# WHAT THE EXERCISE ASKS
Provide again, from the entries below, every line from the one containing "extrude(amount=BOX_DEPTH)" through the one containing "add(cube002.part)", exactly as written, and no other line.

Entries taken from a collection
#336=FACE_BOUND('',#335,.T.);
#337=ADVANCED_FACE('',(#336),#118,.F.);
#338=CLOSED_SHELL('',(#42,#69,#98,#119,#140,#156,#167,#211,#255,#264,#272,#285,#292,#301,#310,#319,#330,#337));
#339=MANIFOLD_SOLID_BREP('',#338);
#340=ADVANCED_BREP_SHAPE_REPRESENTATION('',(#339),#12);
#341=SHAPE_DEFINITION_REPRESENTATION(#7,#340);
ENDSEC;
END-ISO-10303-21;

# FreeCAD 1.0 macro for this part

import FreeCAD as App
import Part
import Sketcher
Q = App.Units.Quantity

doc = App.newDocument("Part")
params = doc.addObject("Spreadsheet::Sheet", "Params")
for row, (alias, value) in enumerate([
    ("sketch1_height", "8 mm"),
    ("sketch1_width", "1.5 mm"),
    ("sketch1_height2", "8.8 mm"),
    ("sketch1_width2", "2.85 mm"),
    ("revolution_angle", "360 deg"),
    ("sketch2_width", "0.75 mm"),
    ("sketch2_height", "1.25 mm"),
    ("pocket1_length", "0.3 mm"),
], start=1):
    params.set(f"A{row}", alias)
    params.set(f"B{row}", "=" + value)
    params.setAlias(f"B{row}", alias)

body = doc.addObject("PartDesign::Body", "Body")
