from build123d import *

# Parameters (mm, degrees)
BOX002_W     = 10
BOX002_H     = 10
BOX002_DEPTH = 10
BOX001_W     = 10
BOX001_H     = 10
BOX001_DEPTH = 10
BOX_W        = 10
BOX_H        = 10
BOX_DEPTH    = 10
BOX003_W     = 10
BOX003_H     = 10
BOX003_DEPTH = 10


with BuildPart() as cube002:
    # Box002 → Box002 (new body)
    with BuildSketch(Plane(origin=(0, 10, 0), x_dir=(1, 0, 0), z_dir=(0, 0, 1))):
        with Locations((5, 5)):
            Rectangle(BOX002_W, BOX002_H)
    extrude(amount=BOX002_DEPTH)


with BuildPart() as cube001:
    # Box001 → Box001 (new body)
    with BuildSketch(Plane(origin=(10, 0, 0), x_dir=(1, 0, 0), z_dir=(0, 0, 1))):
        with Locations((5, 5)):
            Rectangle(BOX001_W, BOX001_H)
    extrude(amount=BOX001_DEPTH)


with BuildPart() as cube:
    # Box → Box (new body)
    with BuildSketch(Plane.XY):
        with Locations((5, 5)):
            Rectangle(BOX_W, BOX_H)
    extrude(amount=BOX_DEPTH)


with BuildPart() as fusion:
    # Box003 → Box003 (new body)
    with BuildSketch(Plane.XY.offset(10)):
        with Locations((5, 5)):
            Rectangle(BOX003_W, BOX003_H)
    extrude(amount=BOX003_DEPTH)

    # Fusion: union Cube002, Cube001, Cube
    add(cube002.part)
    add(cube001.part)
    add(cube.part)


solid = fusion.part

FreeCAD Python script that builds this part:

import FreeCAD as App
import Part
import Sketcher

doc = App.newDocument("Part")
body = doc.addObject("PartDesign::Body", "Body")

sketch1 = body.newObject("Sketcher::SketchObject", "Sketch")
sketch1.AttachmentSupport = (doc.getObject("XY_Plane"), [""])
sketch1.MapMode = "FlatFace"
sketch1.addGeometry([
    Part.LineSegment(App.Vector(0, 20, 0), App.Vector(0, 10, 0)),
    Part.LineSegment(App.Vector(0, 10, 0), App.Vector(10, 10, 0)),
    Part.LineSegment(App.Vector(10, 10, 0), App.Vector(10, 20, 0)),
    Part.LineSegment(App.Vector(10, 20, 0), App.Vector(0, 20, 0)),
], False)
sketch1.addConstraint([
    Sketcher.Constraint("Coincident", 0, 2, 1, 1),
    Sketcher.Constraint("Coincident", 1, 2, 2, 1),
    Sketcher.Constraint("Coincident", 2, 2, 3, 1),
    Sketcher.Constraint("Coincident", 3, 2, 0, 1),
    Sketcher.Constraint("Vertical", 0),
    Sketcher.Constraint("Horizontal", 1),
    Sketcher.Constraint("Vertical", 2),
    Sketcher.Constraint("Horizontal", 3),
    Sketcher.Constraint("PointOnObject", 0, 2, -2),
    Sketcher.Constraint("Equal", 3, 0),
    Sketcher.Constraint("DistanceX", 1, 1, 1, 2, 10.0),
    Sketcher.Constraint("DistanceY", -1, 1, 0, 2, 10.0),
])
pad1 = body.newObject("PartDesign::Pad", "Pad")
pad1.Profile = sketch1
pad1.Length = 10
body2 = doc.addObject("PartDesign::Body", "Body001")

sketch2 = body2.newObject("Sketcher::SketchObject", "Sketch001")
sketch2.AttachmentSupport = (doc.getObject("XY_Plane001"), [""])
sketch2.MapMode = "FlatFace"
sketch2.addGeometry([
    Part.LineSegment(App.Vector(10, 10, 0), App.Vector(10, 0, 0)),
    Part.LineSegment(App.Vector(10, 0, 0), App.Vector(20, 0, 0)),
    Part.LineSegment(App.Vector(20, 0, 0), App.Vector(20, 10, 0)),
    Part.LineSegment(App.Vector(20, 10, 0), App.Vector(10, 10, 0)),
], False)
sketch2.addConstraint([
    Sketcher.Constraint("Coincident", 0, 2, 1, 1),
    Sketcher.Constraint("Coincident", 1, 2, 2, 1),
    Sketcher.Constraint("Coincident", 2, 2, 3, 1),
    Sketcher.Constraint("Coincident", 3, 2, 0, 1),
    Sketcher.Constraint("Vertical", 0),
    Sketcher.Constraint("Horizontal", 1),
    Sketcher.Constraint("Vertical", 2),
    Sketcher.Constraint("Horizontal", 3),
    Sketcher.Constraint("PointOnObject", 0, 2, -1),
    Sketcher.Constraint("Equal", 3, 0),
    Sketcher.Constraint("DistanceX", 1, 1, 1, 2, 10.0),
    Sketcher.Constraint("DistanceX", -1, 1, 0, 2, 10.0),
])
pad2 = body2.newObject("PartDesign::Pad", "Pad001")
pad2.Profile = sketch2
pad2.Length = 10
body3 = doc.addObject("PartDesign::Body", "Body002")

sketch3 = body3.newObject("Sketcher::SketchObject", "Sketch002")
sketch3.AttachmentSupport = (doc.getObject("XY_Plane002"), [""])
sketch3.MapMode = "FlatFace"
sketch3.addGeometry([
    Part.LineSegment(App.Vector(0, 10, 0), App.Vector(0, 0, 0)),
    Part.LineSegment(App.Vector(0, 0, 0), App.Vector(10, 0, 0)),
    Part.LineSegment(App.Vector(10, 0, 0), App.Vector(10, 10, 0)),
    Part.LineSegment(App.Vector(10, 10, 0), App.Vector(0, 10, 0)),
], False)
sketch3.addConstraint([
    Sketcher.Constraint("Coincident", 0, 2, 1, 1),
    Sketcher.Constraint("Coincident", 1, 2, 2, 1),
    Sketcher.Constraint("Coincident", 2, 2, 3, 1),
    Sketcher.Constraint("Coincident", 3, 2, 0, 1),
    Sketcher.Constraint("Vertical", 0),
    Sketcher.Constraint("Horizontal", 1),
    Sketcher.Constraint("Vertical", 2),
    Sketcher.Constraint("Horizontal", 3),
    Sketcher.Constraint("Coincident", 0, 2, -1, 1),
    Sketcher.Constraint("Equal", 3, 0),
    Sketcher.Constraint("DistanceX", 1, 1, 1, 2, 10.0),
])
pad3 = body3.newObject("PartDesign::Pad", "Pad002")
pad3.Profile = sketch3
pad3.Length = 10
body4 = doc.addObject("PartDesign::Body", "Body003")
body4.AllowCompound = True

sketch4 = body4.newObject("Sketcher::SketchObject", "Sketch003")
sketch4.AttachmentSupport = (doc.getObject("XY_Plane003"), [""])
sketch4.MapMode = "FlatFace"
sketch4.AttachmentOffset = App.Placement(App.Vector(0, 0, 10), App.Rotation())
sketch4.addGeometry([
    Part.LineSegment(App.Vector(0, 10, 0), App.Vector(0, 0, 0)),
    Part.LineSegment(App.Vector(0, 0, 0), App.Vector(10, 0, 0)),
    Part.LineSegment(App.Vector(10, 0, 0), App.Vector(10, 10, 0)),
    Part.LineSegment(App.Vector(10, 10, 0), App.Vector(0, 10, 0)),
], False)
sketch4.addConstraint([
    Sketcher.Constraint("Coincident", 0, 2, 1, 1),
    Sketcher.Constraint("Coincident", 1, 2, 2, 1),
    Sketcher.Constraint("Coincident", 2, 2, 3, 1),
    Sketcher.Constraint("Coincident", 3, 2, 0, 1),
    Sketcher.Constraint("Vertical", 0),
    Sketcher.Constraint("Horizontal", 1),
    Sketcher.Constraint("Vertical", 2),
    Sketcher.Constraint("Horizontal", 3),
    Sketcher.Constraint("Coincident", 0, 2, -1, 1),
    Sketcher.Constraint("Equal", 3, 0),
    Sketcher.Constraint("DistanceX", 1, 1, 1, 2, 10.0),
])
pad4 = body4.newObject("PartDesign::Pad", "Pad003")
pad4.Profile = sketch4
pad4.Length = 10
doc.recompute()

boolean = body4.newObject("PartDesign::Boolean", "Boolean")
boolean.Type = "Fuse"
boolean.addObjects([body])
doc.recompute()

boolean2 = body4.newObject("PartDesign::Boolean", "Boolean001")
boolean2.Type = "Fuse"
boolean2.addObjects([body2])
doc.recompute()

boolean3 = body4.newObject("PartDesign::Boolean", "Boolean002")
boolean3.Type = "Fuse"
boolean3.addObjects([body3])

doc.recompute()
* * *
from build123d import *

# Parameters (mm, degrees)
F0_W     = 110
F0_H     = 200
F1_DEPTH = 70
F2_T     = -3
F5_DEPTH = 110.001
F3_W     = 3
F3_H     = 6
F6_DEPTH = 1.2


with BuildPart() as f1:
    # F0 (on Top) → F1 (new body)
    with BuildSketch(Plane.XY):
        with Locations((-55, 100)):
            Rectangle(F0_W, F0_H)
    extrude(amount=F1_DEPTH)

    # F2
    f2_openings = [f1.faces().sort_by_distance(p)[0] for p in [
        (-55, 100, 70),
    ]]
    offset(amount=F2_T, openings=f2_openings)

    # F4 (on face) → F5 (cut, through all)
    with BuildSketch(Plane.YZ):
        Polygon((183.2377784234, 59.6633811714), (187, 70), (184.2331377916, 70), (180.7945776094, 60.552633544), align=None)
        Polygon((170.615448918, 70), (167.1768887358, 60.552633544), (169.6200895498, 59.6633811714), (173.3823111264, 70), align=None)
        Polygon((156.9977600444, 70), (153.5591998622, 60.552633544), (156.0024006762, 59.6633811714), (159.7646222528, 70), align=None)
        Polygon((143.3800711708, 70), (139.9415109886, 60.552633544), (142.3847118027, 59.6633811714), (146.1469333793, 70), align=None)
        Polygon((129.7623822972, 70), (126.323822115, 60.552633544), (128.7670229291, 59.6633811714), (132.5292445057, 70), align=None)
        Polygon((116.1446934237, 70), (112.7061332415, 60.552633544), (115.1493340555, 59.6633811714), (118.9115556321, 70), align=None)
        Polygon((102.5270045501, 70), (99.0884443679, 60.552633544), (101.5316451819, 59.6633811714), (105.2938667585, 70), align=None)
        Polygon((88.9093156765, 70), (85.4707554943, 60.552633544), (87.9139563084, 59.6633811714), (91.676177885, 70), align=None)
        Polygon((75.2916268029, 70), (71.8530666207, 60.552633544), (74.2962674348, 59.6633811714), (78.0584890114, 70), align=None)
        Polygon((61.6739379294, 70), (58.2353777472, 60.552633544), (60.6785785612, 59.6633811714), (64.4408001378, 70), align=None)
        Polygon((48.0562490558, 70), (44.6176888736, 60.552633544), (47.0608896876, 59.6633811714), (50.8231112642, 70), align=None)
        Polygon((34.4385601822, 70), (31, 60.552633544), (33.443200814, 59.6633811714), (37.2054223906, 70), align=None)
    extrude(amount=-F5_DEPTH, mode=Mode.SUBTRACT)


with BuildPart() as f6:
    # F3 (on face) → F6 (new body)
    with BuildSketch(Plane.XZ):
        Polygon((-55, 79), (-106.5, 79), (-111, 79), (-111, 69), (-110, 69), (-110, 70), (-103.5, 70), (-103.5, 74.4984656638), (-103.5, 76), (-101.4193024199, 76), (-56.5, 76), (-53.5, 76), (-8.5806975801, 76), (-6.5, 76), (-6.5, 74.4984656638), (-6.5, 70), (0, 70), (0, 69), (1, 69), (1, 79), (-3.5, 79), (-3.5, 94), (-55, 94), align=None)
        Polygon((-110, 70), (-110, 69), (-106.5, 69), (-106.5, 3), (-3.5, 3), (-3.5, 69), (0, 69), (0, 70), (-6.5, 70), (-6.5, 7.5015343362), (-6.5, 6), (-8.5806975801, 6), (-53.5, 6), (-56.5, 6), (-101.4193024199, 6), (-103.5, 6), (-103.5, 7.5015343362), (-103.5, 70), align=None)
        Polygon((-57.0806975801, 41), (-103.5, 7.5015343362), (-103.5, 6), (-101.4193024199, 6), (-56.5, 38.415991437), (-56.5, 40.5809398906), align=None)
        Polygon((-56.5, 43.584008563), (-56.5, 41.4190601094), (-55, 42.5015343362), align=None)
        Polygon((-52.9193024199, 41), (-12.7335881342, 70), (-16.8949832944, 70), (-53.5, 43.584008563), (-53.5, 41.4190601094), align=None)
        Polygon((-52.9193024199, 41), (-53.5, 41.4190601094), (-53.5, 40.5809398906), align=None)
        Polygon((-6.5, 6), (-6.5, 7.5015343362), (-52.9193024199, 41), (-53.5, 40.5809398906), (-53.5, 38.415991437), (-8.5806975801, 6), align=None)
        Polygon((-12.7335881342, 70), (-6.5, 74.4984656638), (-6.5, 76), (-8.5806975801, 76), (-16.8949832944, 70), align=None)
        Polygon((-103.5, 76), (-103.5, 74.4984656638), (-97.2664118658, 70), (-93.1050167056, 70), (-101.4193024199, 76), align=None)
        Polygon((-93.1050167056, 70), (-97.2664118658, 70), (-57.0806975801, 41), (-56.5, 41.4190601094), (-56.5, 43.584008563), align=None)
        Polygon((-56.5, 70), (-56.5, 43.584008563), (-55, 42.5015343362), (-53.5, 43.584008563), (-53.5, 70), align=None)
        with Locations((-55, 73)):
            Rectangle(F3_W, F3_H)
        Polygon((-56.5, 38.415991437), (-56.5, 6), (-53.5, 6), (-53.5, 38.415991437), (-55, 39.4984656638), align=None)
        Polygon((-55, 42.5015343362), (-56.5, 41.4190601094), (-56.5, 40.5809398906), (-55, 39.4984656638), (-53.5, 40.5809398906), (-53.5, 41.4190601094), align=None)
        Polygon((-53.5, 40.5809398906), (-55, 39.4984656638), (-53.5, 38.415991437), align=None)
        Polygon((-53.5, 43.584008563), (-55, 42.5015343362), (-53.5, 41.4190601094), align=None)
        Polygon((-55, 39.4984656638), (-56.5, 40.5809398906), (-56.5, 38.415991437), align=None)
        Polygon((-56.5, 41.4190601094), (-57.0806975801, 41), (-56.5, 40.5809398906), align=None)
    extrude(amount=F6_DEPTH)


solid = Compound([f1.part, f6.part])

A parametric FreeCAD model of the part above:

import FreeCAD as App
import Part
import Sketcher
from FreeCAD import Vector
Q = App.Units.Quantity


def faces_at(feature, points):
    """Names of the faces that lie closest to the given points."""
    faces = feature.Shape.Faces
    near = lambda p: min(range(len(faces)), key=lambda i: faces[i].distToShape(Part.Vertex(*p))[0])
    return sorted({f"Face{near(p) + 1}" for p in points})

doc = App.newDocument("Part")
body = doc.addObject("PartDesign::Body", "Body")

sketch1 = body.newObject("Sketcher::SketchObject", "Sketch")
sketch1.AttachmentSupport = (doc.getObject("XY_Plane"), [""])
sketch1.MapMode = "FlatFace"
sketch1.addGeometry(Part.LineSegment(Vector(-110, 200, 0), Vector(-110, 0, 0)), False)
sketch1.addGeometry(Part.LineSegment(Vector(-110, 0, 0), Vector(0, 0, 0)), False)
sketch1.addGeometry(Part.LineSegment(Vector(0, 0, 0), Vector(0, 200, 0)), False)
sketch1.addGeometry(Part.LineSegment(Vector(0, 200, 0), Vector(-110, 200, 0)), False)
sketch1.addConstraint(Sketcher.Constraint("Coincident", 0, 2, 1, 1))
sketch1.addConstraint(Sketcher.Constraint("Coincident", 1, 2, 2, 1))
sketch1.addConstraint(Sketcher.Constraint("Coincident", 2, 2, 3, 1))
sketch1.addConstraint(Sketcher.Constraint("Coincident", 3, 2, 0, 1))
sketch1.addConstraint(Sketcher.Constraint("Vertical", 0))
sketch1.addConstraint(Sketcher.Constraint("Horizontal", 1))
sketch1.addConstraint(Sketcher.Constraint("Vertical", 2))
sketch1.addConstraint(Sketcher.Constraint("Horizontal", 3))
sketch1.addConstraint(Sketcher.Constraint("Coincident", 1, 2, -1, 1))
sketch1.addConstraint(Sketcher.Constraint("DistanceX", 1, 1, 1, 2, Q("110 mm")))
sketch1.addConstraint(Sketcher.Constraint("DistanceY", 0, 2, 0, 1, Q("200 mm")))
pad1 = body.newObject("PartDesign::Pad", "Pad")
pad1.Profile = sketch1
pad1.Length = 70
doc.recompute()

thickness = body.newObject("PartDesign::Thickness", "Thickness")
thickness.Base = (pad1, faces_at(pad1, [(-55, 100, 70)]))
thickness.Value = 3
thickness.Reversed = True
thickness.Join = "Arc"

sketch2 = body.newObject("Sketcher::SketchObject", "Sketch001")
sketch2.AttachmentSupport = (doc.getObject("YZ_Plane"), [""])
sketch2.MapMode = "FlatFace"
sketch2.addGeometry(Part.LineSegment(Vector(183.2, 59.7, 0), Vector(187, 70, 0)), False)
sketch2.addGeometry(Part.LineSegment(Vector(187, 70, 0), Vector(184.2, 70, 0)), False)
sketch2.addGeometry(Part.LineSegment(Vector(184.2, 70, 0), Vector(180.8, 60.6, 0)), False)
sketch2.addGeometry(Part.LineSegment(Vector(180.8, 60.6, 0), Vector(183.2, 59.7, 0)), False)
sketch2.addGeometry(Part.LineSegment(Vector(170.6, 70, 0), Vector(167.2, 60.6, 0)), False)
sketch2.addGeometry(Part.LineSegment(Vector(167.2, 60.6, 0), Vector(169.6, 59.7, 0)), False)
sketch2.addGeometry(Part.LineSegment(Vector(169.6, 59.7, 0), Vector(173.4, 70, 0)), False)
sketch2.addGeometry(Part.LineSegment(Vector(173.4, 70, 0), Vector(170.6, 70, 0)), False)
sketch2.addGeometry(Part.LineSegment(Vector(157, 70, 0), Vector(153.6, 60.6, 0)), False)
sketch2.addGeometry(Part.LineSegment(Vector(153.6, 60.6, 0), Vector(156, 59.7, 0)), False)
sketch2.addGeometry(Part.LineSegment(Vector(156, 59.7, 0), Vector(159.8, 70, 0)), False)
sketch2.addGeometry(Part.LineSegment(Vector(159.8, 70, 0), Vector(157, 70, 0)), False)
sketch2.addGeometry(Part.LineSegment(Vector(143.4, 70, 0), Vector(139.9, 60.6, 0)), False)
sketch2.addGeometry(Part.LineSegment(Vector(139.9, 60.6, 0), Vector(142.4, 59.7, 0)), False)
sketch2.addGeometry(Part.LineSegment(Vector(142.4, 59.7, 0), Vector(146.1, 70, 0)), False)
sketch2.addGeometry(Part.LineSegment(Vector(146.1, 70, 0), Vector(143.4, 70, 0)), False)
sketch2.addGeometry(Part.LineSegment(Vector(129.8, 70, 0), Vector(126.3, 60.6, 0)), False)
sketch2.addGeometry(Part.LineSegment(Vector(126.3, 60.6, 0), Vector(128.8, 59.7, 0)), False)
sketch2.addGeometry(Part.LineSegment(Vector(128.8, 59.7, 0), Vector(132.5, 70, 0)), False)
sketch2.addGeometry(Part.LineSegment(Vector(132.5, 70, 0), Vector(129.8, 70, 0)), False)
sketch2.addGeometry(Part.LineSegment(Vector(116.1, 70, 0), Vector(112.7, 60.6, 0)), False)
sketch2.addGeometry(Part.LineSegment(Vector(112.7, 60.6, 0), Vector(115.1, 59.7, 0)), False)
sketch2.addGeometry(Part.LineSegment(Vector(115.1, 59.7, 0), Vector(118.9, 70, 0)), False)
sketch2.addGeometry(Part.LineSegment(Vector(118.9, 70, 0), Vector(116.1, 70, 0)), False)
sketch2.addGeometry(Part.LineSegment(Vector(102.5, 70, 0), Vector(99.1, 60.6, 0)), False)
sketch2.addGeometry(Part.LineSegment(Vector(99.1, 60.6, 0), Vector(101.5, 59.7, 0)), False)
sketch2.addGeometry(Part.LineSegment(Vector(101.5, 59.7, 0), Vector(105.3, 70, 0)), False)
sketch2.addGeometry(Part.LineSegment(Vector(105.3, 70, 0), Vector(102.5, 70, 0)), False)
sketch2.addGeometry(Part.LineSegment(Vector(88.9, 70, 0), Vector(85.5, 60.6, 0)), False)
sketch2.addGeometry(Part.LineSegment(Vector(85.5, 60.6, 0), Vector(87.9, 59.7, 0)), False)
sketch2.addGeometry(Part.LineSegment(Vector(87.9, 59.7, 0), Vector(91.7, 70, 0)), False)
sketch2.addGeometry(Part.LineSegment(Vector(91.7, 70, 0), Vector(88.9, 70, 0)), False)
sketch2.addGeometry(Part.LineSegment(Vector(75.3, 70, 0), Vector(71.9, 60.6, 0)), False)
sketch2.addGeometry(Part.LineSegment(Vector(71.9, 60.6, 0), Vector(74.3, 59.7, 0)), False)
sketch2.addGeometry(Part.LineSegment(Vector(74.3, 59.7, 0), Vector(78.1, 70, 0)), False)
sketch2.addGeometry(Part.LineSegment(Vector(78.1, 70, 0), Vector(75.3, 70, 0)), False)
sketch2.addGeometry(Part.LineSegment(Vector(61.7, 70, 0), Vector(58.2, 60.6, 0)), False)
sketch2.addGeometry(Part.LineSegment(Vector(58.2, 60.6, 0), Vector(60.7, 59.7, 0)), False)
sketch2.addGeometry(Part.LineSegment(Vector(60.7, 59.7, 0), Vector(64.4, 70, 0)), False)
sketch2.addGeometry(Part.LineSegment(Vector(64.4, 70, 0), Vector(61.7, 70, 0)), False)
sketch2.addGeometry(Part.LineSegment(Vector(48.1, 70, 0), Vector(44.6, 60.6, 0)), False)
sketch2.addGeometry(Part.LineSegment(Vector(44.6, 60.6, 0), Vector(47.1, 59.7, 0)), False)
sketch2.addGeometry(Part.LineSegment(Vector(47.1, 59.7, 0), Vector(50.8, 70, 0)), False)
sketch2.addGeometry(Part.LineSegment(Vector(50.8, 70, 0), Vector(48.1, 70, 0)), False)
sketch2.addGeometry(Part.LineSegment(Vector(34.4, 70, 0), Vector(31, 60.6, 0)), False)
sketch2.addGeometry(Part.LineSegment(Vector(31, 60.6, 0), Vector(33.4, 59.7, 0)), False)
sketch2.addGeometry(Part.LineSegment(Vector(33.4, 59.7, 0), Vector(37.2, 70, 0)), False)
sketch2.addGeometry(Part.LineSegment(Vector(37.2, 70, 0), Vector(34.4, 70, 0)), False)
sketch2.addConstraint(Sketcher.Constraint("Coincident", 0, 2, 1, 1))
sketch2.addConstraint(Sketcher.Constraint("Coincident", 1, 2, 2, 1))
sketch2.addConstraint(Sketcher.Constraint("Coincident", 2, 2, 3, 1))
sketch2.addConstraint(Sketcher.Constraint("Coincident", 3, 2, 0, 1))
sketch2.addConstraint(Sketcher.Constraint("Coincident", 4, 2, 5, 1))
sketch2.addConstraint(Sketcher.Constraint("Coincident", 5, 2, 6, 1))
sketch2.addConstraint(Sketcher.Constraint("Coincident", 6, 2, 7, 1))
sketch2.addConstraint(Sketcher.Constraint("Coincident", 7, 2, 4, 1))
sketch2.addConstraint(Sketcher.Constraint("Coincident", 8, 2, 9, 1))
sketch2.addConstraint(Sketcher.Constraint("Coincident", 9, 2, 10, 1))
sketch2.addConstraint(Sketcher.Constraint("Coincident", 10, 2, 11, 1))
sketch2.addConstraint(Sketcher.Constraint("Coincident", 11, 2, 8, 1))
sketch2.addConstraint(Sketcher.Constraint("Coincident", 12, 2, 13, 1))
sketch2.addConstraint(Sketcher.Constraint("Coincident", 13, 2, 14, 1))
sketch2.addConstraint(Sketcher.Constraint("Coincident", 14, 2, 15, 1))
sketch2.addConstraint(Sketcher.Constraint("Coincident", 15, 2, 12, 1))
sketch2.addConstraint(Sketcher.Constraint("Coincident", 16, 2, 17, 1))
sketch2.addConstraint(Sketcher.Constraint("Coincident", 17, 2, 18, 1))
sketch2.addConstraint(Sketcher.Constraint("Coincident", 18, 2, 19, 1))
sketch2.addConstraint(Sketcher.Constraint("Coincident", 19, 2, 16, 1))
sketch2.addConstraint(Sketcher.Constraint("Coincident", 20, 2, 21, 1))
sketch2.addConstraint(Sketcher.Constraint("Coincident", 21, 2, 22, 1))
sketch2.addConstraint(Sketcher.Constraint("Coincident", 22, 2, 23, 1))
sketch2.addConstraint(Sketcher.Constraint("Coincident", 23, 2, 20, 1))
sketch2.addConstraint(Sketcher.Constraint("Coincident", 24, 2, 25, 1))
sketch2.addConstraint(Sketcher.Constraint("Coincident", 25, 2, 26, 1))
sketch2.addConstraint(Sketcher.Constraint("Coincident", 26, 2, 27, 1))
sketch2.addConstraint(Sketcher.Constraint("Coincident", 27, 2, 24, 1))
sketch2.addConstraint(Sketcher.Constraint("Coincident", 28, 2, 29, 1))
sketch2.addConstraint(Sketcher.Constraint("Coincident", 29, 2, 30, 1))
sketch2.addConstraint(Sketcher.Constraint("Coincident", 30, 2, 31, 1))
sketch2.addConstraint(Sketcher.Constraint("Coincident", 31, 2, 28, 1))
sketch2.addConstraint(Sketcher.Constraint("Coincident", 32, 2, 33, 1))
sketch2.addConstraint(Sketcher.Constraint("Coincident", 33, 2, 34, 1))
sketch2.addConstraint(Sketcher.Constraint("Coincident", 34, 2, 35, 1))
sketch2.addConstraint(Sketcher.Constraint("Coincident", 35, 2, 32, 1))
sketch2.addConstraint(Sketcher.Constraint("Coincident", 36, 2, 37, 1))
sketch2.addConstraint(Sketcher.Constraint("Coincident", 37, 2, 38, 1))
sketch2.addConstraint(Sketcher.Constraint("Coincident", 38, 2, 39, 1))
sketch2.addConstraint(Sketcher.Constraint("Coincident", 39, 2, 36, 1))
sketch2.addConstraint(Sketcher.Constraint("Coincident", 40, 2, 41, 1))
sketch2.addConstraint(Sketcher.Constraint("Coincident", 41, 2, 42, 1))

# SOLUTION TO THIS PROBLEM
    extrude(amount=BOX_DEPTH)


with BuildPart() as fusion:
    # Box003 → Box003 (new body)
    with BuildSketch(Plane.XY.offset(10)):
        with Locations((5, 5)):
            Rectangle(BOX003_W, BOX003_H)
    extrude(amount=BOX003_DEPTH)

    # Fusion: union Cube002, Cube001, Cube
    add(cube002.part)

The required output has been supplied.